» Description of the task:
State how many lines in the entries below hold the word "radius", with nothing besides the number.

/---

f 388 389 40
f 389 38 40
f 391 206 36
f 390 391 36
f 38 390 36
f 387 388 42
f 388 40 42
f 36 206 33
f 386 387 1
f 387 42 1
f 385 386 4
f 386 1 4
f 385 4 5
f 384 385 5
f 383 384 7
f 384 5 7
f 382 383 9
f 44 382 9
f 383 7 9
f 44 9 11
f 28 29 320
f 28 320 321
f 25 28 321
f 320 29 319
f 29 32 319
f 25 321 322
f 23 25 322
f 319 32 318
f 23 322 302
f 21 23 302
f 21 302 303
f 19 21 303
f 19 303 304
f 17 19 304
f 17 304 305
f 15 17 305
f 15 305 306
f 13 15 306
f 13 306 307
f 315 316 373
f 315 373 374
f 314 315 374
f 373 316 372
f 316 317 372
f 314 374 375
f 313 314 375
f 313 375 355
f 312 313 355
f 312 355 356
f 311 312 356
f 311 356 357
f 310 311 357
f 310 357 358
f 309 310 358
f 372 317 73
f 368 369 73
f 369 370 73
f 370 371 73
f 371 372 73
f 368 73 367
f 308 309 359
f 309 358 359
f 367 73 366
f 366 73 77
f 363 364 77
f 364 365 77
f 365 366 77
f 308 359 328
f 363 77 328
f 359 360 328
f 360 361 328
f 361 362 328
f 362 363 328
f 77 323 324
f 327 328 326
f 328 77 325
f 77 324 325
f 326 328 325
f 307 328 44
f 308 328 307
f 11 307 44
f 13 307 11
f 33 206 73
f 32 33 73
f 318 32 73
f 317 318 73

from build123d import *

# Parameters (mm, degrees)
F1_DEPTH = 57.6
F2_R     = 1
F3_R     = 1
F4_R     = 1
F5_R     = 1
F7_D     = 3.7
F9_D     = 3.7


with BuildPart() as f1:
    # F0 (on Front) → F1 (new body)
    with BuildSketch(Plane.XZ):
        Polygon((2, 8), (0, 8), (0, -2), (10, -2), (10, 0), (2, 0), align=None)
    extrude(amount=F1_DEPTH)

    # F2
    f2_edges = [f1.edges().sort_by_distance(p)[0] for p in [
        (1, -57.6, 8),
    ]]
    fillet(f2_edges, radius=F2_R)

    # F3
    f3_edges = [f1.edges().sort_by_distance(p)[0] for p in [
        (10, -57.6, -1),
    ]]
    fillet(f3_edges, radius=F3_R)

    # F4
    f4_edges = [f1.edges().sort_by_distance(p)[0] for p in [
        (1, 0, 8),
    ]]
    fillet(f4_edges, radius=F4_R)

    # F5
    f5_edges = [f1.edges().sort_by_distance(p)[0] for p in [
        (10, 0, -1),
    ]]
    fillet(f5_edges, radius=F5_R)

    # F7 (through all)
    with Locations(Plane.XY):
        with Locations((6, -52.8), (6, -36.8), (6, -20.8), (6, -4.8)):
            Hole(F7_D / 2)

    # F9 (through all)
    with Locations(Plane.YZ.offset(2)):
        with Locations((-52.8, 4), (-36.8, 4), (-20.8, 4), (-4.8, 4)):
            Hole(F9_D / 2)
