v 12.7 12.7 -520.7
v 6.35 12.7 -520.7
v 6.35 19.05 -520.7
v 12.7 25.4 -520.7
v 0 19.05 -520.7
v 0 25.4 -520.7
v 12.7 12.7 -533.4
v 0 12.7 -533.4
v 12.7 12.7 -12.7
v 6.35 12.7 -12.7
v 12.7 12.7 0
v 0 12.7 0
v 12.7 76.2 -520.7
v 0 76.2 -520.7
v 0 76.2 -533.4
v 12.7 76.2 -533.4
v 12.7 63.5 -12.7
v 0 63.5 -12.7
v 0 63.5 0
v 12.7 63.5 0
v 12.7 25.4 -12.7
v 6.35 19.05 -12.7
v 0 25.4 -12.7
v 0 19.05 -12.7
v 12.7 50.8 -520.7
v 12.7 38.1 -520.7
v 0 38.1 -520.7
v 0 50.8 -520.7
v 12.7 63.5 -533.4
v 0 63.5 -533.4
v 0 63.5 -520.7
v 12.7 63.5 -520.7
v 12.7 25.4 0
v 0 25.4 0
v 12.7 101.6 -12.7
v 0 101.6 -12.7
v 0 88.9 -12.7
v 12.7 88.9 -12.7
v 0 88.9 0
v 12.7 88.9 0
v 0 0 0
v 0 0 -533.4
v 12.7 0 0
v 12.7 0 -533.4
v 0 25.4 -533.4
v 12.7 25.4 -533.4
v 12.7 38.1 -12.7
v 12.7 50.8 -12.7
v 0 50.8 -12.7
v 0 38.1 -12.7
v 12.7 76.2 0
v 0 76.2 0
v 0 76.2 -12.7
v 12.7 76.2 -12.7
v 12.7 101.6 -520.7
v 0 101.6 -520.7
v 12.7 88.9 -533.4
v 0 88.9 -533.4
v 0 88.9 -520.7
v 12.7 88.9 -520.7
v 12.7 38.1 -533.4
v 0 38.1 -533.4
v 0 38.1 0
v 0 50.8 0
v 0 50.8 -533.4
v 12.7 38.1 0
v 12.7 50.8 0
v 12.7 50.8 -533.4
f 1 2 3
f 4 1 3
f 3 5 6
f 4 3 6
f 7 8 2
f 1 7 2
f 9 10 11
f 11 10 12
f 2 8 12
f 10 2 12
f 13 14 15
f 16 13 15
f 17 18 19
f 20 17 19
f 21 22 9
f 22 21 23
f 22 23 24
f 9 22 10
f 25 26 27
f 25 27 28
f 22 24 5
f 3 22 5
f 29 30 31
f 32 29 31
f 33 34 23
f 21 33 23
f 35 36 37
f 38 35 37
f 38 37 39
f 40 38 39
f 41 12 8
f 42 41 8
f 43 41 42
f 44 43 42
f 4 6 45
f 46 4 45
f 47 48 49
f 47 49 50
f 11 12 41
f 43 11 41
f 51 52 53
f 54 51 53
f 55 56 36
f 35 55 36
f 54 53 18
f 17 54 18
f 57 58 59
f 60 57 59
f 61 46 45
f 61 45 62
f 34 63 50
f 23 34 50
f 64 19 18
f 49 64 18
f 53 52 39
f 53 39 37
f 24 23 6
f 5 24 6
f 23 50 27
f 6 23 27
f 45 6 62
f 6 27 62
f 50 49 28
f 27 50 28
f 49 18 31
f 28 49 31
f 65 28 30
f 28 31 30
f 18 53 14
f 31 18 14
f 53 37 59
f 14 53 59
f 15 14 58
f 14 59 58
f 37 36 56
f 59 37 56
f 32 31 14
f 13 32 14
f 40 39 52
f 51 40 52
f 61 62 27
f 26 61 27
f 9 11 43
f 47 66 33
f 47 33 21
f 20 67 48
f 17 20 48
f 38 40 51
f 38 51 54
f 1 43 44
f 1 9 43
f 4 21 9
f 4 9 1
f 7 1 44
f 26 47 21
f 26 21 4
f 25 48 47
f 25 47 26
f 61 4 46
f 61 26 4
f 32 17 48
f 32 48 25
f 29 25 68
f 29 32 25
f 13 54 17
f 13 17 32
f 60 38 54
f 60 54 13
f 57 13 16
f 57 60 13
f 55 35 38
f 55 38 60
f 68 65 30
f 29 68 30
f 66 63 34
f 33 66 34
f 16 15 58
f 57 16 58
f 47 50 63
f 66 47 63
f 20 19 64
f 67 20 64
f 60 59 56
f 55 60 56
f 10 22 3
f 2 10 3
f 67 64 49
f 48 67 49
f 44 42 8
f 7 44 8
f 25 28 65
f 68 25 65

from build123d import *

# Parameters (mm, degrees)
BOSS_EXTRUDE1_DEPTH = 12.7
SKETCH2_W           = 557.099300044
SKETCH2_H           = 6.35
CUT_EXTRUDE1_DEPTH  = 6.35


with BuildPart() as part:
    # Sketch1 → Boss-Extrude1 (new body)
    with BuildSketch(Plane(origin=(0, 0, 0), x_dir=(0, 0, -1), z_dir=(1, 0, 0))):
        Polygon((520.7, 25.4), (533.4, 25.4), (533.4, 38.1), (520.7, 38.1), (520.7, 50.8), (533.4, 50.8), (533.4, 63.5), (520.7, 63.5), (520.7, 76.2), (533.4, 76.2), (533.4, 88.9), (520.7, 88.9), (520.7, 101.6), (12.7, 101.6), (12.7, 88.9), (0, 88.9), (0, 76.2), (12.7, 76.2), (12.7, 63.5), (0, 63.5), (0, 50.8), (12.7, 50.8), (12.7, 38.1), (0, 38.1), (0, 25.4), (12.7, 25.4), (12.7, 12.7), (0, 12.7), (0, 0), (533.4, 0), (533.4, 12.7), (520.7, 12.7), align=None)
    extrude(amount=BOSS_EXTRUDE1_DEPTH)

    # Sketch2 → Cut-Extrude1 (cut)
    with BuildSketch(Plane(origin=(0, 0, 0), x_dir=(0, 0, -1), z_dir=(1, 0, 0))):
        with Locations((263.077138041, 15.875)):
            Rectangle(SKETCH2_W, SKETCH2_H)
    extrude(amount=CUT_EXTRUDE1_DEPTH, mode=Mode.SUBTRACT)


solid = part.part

\---

» Solution:
4